§ PROVIDED RECORDS
· · ·

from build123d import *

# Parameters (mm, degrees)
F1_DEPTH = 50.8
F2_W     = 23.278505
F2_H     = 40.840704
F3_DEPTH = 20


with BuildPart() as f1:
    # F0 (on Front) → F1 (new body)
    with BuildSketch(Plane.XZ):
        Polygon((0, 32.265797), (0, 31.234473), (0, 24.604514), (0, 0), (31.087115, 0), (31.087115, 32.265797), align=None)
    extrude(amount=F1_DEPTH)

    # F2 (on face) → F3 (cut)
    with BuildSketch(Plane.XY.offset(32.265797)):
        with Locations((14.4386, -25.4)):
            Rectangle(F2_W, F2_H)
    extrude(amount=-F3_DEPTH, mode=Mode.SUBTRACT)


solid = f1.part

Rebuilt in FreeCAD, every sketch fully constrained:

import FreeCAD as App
import Part
import Sketcher
Q = App.Units.Quantity

doc = App.newDocument("Part")
body = doc.addObject("PartDesign::Body", "Body")

# Sketch on XZ plane
sketch1 = body.newObject("Sketcher::SketchObject", "Sketch")
sketch1.AttachmentSupport = (doc.getObject("XZ_Plane"), [""])
sketch1.MapMode = "FlatFace"
sketch1.addGeometry(Part.LineSegment(App.Vector(0, 32, 0), App.Vector(0, 0, 0)), False)
sketch1.addGeometry(Part.LineSegment(App.Vector(0, 0, 0), App.Vector(31, 0, 0)), False)
sketch1.addGeometry(Part.LineSegment(App.Vector(31, 0, 0), App.Vector(31, 32, 0)), False)
sketch1.addGeometry(Part.LineSegment(App.Vector(31, 32, 0), App.Vector(0, 32, 0)), False)
sketch1.addConstraint(Sketcher.Constraint("Coincident", 0, 2, 1, 1))
sketch1.addConstraint(Sketcher.Constraint("Coincident", 1, 2, 2, 1))
sketch1.addConstraint(Sketcher.Constraint("Coincident", 2, 2, 3, 1))
sketch1.addConstraint(Sketcher.Constraint("Coincident", 3, 2, 0, 1))
sketch1.addConstraint(Sketcher.Constraint("Vertical", 0))
sketch1.addConstraint(Sketcher.Constraint("Horizontal", 1))
sketch1.addConstraint(Sketcher.Constraint("Vertical", 2))
sketch1.addConstraint(Sketcher.Constraint("Horizontal", 3))
sketch1.addConstraint(Sketcher.Constraint("Coincident", 0, 2, -1, 1))
sketch1.addConstraint(Sketcher.Constraint("DistanceX", 1, 1, 1, 2, Q("31.087115 mm")))
sketch1.addConstraint(Sketcher.Constraint("DistanceY", 0, 2, 0, 1, Q("32.265797 mm")))
pad1 = body.newObject("PartDesign::Pad", "Pad")
pad1.Profile = sketch1
pad1.Length = 50.8

# Sketch on XY plane
sketch2 = body.newObject("Sketcher::SketchObject", "Sketch001")
sketch2.AttachmentSupport = (doc.getObject("XY_Plane"), [""])
sketch2.MapMode = "FlatFace"
sketch2.AttachmentOffset = App.Placement(App.Vector(0, 0, 32.265797), App.Rotation())
sketch2.addGeometry(Part.LineSegment(App.Vector(3, -5, 0), App.Vector(3, -46, 0)), False)
sketch2.addGeometry(Part.LineSegment(App.Vector(3, -46, 0), App.Vector(26, -46, 0)), False)
sketch2.addGeometry(Part.LineSegment(App.Vector(26, -46, 0), App.Vector(26, -5, 0)), False)
sketch2.addGeometry(Part.LineSegment(App.Vector(26, -5, 0), App.Vector(3, -5, 0)), False)
sketch2.addConstraint(Sketcher.Constraint("Coincident", 0, 2, 1, 1))
sketch2.addConstraint(Sketcher.Constraint("Coincident", 1, 2, 2, 1))
sketch2.addConstraint(Sketcher.Constraint("Coincident", 2, 2, 3, 1))
sketch2.addConstraint(Sketcher.Constraint("Coincident", 3, 2, 0, 1))
sketch2.addConstraint(Sketcher.Constraint("Vertical", 0))
sketch2.addConstraint(Sketcher.Constraint("Horizontal", 1))
sketch2.addConstraint(Sketcher.Constraint("Vertical", 2))
sketch2.addConstraint(Sketcher.Constraint("Horizontal", 3))
sketch2.addConstraint(Sketcher.Constraint("DistanceX", 1, 1, 1, 2, Q("23.278505 mm")))
sketch2.addConstraint(Sketcher.Constraint("DistanceY", 0, 2, 0, 1, Q("40.840704 mm")))
sketch2.addConstraint(Sketcher.Constraint("DistanceX", -1, 1, 0, 2, Q("2.799348 mm")))
sketch2.addConstraint(Sketcher.Constraint("DistanceY", 0, 2, -1, 1, Q("45.820352 mm")))
pocket1 = body.newObject("PartDesign::Pocket", "Pocket")
pocket1.Profile = sketch2
pocket1.Length = 20

doc.recompute()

· · ·

§ TASK BRIEF
Answer by repeating every line of the listing exactly.

§ SOLUTION TO THIS EXERCISE
from build123d import *

# Parameters (mm, degrees)
F1_DEPTH = 50.8
F2_W     = 23.278505
F2_H     = 40.840704
F3_DEPTH = 20


with BuildPart() as f1:
    # F0 (on Front) → F1 (new body)
    with BuildSketch(Plane.XZ):
        Polygon((0, 32.265797), (0, 31.234473), (0, 24.604514), (0, 0), (31.087115, 0), (31.087115, 32.265797), align=None)
    extrude(amount=F1_DEPTH)

    # F2 (on face) → F3 (cut)
    with BuildSketch(Plane.XY.offset(32.265797)):
        with Locations((14.4386, -25.4)):
            Rectangle(F2_W, F2_H)
    extrude(amount=-F3_DEPTH, mode=Mode.SUBTRACT)


solid = f1.part

Rebuilt in FreeCAD, every sketch fully constrained:

import FreeCAD as App
import Part
import Sketcher
Q = App.Units.Quantity

doc = App.newDocument("Part")
body = doc.addObject("PartDesign::Body", "Body")

# Sketch on XZ plane
sketch1 = body.newObject("Sketcher::SketchObject", "Sketch")
sketch1.AttachmentSupport = (doc.getObject("XZ_Plane"), [""])
sketch1.MapMode = "FlatFace"
sketch1.addGeometry(Part.LineSegment(App.Vector(0, 32, 0), App.Vector(0, 0, 0)), False)
sketch1.addGeometry(Part.LineSegment(App.Vector(0, 0, 0), App.Vector(31, 0, 0)), False)
sketch1.addGeometry(Part.LineSegment(App.Vector(31, 0, 0), App.Vector(31, 32, 0)), False)
sketch1.addGeometry(Part.LineSegment(App.Vector(31, 32, 0), App.Vector(0, 32, 0)), False)
sketch1.addConstraint(Sketcher.Constraint("Coincident", 0, 2, 1, 1))
sketch1.addConstraint(Sketcher.Constraint("Coincident", 1, 2, 2, 1))
sketch1.addConstraint(Sketcher.Constraint("Coincident", 2, 2, 3, 1))
sketch1.addConstraint(Sketcher.Constraint("Coincident", 3, 2, 0, 1))
sketch1.addConstraint(Sketcher.Constraint("Vertical", 0))
sketch1.addConstraint(Sketcher.Constraint("Horizontal", 1))
sketch1.addConstraint(Sketcher.Constraint("Vertical", 2))
sketch1.addConstraint(Sketcher.Constraint("Horizontal", 3))
sketch1.addConstraint(Sketcher.Constraint("Coincident", 0, 2, -1, 1))
sketch1.addConstraint(Sketcher.Constraint("DistanceX", 1, 1, 1, 2, Q("31.087115 mm")))
sketch1.addConstraint(Sketcher.Constraint("DistanceY", 0, 2, 0, 1, Q("32.265797 mm")))
pad1 = body.newObject("PartDesign::Pad", "Pad")
pad1.Profile = sketch1
pad1.Length = 50.8

# Sketch on XY plane
sketch2 = body.newObject("Sketcher::SketchObject", "Sketch001")
sketch2.AttachmentSupport = (doc.getObject("XY_Plane"), [""])
sketch2.MapMode = "FlatFace"
sketch2.AttachmentOffset = App.Placement(App.Vector(0, 0, 32.265797), App.Rotation())
sketch2.addGeometry(Part.LineSegment(App.Vector(3, -5, 0), App.Vector(3, -46, 0)), False)
sketch2.addGeometry(Part.LineSegment(App.Vector(3, -46, 0), App.Vector(26, -46, 0)), False)
sketch2.addGeometry(Part.LineSegment(App.Vector(26, -46, 0), App.Vector(26, -5, 0)), False)
sketch2.addGeometry(Part.LineSegment(App.Vector(26, -5, 0), App.Vector(3, -5, 0)), False)
sketch2.addConstraint(Sketcher.Constraint("Coincident", 0, 2, 1, 1))
sketch2.addConstraint(Sketcher.Constraint("Coincident", 1, 2, 2, 1))
sketch2.addConstraint(Sketcher.Constraint("Coincident", 2, 2, 3, 1))
sketch2.addConstraint(Sketcher.Constraint("Coincident", 3, 2, 0, 1))
sketch2.addConstraint(Sketcher.Constraint("Vertical", 0))
sketch2.addConstraint(Sketcher.Constraint("Horizontal", 1))
sketch2.addConstraint(Sketcher.Constraint("Vertical", 2))
sketch2.addConstraint(Sketcher.Constraint("Horizontal", 3))
sketch2.addConstraint(Sketcher.Constraint("DistanceX", 1, 1, 1, 2, Q("23.278505 mm")))
sketch2.addConstraint(Sketcher.Constraint("DistanceY", 0, 2, 0, 1, Q("40.840704 mm")))
sketch2.addConstraint(Sketcher.Constraint("DistanceX", -1, 1, 0, 2, Q("2.799348 mm")))
sketch2.addConstraint(Sketcher.Constraint("DistanceY", 0, 2, -1, 1, Q("45.820352 mm")))
pocket1 = body.newObject("PartDesign::Pocket", "Pocket")
pocket1.Profile = sketch2
pocket1.Length = 20

doc.recompute()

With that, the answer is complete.